- [What to do] Repeat only the lines below from the one containing "#204=EDGE_LOOP('',(#200,#201,#202,#203));" through the one containing "#218=EDGE_LOOP('',(#210,#211,#212,#213,#214,#215,#216,#217));", inclusive, exactly as written.

(Collected data)

········

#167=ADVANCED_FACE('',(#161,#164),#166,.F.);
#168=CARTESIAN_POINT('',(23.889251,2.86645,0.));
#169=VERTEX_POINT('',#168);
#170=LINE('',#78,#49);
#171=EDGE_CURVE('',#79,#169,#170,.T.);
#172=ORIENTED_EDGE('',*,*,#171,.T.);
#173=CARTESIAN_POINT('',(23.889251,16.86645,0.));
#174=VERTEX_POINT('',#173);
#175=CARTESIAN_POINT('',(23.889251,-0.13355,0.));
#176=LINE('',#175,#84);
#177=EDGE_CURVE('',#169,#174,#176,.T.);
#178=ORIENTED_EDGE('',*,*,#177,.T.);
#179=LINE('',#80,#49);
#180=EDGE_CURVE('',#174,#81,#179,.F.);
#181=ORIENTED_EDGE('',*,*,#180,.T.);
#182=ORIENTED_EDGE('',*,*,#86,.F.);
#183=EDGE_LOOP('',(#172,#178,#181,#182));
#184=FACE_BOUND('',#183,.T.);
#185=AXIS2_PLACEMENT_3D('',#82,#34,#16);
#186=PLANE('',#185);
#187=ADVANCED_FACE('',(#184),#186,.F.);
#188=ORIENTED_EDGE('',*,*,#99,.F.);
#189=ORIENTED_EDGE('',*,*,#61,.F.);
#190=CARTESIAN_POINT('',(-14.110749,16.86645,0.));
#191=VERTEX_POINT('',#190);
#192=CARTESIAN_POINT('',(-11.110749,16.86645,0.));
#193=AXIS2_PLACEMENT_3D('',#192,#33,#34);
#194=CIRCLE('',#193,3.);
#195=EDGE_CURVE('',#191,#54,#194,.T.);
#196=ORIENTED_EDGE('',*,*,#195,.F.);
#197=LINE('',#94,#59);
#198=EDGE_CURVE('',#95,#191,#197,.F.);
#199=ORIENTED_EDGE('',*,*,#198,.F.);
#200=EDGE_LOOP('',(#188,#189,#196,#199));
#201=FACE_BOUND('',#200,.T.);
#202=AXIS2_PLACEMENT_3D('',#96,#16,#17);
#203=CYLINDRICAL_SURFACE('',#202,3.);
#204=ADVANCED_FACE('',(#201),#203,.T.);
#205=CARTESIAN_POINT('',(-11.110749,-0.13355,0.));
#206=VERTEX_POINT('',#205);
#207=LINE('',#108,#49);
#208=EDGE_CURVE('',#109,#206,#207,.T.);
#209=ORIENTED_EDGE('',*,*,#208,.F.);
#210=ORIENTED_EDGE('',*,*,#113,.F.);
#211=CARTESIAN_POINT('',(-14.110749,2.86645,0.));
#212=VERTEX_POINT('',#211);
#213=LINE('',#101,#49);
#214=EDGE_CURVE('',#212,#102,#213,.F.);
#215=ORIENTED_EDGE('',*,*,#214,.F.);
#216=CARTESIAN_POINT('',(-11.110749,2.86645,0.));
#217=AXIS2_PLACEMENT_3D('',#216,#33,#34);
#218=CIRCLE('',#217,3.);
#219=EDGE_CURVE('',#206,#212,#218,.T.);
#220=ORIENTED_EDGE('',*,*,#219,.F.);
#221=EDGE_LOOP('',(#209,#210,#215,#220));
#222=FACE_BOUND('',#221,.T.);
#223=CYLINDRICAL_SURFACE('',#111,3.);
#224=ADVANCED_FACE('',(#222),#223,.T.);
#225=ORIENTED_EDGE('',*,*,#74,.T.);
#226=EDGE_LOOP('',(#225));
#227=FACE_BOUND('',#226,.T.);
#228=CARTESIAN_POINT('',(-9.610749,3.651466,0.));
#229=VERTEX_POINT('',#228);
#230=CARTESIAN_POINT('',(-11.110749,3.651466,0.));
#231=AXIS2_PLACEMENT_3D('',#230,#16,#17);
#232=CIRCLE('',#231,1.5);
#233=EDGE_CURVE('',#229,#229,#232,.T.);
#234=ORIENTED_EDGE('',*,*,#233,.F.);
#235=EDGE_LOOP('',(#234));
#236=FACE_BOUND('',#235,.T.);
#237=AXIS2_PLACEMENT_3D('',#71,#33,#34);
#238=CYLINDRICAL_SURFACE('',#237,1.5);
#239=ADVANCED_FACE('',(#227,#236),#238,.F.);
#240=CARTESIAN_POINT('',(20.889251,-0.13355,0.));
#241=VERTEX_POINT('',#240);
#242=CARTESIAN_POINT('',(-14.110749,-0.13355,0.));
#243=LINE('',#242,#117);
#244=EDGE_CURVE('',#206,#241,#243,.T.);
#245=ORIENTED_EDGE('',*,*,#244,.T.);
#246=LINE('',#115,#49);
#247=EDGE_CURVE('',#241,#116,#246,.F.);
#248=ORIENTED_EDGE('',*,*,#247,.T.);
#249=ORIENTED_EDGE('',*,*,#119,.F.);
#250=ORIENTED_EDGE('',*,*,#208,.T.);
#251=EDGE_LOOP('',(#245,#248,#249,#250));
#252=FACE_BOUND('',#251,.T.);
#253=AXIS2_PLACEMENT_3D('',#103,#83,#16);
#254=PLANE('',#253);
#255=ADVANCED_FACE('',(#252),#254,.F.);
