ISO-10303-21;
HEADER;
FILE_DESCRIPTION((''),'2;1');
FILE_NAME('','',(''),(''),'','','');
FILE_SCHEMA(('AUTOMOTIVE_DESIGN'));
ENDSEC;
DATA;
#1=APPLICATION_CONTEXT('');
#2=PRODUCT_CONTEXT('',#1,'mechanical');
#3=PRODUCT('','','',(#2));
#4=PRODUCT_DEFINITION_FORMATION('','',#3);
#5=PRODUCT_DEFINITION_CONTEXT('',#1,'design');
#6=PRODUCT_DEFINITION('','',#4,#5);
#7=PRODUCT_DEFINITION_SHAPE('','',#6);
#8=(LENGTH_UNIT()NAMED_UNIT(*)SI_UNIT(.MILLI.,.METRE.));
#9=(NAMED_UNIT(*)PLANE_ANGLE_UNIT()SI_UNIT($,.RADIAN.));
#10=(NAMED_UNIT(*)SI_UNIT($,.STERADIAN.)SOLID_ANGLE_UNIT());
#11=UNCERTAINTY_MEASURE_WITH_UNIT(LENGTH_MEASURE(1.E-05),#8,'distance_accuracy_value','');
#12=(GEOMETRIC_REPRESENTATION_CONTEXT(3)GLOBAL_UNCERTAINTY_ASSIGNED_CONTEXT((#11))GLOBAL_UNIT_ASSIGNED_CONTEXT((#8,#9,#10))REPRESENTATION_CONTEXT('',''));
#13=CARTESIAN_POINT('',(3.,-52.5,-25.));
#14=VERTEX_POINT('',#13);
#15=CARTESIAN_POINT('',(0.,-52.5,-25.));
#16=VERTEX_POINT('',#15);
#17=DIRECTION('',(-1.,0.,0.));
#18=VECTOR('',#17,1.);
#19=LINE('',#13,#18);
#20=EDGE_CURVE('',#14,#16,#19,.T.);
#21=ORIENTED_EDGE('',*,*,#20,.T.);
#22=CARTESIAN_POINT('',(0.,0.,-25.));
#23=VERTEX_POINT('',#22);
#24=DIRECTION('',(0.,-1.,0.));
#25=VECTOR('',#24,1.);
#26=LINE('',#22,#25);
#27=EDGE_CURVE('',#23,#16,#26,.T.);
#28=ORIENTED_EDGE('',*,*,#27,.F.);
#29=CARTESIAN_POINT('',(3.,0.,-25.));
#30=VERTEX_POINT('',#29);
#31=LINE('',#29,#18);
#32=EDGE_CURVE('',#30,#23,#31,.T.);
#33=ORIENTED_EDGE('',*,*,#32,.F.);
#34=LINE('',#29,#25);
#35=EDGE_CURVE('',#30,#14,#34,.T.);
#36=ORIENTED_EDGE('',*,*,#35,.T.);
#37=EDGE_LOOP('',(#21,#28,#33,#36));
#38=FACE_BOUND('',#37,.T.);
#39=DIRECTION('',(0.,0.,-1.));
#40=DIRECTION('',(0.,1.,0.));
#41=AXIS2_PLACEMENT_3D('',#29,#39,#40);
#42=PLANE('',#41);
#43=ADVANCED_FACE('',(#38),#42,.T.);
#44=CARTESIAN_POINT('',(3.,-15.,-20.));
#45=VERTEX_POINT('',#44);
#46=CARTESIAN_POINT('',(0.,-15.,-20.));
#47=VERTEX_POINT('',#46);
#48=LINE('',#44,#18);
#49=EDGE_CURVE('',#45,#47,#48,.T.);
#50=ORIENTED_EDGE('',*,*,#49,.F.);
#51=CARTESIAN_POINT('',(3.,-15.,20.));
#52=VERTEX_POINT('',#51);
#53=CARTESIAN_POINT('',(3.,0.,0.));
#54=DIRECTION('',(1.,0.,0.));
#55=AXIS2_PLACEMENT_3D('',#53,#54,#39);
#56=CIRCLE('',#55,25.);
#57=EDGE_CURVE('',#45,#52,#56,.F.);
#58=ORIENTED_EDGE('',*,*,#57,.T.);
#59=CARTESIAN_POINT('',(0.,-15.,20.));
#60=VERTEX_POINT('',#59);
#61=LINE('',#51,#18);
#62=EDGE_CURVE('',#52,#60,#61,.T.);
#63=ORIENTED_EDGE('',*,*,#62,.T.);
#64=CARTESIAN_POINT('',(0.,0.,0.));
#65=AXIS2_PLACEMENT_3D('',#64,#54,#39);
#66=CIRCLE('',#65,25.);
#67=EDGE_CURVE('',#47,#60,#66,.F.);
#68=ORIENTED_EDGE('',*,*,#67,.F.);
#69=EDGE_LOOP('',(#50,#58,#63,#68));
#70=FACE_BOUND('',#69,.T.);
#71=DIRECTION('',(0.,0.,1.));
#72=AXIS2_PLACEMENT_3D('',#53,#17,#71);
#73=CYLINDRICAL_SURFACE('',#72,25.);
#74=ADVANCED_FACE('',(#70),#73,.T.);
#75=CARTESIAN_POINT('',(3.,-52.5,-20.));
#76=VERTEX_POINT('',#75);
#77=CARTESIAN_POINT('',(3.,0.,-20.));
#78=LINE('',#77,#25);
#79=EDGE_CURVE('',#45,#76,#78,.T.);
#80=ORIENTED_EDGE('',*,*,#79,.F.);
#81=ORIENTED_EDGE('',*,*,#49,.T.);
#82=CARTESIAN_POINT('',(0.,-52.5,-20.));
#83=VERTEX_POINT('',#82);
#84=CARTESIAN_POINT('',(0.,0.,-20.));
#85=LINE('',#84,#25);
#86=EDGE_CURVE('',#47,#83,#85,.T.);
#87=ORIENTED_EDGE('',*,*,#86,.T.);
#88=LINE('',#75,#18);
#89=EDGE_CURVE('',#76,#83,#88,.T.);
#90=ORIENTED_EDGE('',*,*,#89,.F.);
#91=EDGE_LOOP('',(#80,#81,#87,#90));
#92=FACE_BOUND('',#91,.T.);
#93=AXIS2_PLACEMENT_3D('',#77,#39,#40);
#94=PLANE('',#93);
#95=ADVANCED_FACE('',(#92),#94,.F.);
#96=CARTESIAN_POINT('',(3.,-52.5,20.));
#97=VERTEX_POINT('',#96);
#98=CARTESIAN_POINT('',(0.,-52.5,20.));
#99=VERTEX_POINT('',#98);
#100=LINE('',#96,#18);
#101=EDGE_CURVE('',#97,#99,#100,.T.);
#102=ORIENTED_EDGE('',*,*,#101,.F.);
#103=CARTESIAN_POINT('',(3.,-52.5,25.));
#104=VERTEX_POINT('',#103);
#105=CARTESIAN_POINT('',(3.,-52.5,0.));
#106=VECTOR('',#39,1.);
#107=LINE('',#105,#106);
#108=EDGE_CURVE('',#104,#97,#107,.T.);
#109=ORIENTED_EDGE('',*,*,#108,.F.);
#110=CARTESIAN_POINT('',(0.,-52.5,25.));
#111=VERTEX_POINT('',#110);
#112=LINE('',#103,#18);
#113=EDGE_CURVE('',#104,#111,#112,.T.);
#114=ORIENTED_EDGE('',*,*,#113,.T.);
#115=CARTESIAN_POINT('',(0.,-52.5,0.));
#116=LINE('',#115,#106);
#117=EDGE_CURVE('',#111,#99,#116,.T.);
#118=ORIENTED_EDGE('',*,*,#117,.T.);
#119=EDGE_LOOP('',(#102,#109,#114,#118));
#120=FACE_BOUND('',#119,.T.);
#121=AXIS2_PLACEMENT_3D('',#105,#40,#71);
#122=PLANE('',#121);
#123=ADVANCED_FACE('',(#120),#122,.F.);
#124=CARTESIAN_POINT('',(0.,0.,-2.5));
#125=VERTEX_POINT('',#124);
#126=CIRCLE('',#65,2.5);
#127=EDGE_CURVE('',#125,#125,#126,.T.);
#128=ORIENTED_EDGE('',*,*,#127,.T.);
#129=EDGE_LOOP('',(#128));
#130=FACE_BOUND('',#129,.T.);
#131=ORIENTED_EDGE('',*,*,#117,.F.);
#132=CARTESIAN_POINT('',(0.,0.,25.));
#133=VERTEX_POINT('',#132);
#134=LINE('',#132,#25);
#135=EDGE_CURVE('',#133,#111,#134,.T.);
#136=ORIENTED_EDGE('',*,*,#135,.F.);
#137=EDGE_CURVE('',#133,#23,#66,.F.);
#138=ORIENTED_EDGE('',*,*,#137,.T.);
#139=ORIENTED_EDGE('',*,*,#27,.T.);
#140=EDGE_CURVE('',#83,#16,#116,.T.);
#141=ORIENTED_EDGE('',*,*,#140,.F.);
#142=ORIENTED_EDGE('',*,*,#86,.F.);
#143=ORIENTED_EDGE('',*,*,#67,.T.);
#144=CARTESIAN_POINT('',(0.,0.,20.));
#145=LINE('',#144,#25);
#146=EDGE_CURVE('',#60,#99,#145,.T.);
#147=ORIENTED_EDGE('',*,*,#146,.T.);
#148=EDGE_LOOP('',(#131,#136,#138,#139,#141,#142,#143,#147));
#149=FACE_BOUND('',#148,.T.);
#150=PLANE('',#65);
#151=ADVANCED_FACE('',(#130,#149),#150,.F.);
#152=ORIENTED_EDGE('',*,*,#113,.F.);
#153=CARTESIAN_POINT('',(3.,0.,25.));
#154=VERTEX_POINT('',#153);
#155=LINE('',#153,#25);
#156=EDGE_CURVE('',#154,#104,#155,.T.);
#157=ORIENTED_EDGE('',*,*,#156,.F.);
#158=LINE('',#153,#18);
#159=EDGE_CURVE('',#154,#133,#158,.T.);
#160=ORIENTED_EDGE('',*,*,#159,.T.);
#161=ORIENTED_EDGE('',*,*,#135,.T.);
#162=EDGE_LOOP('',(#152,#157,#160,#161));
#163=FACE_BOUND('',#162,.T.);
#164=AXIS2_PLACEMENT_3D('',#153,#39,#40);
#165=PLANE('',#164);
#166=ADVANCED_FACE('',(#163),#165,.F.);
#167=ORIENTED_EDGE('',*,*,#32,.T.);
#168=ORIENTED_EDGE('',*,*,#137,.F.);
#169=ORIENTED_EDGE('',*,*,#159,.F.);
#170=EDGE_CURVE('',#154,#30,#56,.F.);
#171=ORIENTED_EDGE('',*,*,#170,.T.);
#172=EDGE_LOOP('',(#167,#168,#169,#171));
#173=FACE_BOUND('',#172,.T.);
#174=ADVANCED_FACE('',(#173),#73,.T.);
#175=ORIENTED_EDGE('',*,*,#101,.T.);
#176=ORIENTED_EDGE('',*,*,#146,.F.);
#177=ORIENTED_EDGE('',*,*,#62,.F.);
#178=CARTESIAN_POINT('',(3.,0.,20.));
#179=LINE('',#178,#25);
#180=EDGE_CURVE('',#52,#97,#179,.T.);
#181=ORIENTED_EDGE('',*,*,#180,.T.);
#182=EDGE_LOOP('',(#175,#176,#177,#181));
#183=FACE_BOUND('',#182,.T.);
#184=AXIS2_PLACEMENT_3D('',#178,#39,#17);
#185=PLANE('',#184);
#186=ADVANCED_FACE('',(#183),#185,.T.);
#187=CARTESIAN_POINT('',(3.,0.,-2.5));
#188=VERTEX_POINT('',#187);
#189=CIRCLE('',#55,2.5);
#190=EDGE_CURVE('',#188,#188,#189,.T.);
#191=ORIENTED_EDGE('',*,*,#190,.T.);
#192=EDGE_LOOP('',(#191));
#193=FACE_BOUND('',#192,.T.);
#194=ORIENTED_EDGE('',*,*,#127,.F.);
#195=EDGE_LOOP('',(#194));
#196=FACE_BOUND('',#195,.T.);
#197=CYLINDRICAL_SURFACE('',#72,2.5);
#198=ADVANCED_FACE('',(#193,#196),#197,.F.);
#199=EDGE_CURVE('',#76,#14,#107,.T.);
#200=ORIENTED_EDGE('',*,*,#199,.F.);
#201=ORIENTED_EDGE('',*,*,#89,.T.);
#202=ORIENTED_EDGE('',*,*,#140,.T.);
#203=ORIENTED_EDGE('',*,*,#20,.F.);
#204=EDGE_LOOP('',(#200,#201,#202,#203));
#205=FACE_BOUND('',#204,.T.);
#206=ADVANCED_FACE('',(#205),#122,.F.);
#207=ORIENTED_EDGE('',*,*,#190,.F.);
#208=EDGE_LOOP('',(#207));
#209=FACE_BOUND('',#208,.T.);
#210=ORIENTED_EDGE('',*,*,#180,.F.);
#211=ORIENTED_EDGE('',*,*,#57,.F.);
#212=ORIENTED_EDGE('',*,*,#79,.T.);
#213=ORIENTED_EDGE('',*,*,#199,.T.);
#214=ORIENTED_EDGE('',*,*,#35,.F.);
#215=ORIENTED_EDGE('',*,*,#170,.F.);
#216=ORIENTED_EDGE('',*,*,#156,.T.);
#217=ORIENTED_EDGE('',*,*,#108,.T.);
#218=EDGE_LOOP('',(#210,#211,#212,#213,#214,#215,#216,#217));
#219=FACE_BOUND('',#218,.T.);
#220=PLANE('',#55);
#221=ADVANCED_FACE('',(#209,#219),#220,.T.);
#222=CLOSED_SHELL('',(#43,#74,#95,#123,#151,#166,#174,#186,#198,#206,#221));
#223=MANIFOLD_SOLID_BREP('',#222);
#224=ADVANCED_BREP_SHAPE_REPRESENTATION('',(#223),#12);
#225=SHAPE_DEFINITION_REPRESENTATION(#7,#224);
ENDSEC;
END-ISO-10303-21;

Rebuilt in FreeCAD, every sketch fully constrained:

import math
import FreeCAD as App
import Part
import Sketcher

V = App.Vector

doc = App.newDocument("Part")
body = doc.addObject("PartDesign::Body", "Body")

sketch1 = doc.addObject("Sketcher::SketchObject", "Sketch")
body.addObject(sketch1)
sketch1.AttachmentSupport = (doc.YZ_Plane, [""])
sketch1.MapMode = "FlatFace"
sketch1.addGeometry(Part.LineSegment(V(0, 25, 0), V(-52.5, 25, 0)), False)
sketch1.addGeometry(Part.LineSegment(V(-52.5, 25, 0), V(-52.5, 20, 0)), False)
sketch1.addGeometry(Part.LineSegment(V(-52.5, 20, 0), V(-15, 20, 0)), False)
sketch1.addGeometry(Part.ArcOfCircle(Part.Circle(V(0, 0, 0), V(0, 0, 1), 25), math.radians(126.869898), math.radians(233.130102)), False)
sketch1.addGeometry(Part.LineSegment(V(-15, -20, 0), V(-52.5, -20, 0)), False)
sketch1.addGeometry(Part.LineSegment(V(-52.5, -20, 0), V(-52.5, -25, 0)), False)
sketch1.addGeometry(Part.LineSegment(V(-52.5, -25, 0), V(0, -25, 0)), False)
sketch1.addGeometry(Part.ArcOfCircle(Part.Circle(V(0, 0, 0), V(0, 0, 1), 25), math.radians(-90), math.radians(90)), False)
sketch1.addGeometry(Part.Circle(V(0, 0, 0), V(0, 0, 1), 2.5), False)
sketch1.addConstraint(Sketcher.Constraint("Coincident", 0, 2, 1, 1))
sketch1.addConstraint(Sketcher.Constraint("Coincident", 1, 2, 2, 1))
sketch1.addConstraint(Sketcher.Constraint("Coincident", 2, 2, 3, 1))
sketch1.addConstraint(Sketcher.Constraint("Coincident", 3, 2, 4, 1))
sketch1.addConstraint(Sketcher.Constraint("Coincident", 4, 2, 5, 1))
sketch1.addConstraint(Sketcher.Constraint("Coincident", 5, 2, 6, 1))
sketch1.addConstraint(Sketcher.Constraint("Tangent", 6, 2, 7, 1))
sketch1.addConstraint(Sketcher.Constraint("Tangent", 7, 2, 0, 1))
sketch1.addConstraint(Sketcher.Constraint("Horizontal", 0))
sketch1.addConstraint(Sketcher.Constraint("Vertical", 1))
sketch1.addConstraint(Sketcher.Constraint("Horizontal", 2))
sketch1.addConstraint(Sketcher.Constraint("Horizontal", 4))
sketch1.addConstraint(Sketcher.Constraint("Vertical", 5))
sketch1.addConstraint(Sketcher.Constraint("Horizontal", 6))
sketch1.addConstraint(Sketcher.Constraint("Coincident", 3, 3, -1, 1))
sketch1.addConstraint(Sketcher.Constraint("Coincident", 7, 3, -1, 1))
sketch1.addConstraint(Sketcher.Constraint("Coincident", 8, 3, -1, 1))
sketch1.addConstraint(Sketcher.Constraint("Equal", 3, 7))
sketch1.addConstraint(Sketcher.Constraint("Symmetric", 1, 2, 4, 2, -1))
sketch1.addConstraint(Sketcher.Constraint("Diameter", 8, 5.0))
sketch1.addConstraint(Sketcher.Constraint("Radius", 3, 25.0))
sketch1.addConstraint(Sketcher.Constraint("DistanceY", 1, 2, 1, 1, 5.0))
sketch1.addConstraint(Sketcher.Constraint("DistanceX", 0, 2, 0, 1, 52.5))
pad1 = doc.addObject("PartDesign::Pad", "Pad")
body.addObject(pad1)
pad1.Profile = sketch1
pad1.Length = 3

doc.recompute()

········

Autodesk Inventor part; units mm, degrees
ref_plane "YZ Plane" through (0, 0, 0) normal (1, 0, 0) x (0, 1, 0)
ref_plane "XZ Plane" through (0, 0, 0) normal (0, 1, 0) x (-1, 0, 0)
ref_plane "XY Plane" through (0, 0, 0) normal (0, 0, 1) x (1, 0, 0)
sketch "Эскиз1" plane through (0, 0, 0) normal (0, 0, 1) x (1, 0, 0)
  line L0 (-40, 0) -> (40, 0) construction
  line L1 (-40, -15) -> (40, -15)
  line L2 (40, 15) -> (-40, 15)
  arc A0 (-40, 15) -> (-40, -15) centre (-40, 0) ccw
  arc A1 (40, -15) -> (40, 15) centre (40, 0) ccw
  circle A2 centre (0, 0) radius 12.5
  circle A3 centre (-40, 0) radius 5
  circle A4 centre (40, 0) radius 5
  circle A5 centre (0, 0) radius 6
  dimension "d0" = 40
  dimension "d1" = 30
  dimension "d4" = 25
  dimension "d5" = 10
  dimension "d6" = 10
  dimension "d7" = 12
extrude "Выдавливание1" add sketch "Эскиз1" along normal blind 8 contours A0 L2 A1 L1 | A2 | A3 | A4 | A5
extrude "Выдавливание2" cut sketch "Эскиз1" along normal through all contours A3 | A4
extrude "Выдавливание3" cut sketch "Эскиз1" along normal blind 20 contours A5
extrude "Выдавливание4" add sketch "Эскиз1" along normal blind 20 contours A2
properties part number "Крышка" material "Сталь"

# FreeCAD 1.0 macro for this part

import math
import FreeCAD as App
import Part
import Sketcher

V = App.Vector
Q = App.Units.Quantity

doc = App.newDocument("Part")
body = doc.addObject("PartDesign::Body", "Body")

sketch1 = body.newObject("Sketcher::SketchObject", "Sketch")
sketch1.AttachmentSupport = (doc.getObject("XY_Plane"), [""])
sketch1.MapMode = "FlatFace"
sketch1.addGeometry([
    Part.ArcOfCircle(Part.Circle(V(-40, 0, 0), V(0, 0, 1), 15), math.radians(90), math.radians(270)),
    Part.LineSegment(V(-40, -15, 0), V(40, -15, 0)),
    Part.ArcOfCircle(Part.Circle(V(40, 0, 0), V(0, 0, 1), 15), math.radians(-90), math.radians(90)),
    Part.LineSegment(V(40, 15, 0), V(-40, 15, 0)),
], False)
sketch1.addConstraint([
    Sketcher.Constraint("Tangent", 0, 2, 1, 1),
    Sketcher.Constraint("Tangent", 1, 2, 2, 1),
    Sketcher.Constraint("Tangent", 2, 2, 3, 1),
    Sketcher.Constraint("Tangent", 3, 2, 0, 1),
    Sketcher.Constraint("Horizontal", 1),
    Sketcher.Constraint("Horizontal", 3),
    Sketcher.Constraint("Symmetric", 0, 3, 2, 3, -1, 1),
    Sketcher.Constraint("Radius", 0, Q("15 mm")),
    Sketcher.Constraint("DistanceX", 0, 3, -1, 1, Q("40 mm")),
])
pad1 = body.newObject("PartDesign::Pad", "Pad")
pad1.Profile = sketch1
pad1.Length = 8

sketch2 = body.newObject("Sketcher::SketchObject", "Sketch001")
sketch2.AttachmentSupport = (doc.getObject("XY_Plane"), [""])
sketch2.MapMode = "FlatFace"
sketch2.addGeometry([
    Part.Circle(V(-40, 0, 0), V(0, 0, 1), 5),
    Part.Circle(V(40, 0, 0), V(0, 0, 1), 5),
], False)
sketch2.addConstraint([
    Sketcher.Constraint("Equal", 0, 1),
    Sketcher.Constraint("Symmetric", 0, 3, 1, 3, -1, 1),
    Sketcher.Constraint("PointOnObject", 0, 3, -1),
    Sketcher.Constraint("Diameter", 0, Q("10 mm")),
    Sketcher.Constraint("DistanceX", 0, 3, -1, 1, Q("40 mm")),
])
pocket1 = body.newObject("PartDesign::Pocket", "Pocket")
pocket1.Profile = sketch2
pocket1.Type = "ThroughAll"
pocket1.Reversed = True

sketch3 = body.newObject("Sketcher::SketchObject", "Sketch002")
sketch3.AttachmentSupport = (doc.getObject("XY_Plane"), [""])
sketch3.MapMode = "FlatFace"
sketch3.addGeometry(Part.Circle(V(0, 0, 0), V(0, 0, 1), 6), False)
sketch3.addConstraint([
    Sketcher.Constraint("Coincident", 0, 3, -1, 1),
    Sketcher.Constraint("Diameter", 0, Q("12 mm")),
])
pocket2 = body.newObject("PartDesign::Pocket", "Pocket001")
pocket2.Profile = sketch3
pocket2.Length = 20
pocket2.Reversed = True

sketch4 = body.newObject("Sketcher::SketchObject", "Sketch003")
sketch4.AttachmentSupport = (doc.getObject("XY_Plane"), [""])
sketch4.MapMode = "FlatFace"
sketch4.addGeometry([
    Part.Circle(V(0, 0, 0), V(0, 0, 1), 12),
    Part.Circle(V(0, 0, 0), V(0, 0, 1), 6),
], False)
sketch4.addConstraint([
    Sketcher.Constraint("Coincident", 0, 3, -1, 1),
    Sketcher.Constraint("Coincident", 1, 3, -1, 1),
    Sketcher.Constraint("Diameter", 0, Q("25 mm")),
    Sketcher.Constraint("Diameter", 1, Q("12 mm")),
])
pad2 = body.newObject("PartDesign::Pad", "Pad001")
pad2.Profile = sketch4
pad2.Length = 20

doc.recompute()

········

- [Written solution]
#204=EDGE_LOOP('',(#200,#201,#202,#203));
#205=FACE_BOUND('',#204,.T.);
#206=ADVANCED_FACE('',(#205),#122,.F.);
#207=ORIENTED_EDGE('',*,*,#190,.F.);
#208=EDGE_LOOP('',(#207));
#209=FACE_BOUND('',#208,.T.);
#210=ORIENTED_EDGE('',*,*,#180,.F.);
#211=ORIENTED_EDGE('',*,*,#57,.F.);
#212=ORIENTED_EDGE('',*,*,#79,.T.);
#213=ORIENTED_EDGE('',*,*,#199,.T.);
#214=ORIENTED_EDGE('',*,*,#35,.F.);
#215=ORIENTED_EDGE('',*,*,#170,.F.);
#216=ORIENTED_EDGE('',*,*,#156,.T.);
#217=ORIENTED_EDGE('',*,*,#108,.T.);
#218=EDGE_LOOP('',(#210,#211,#212,#213,#214,#215,#216,#217));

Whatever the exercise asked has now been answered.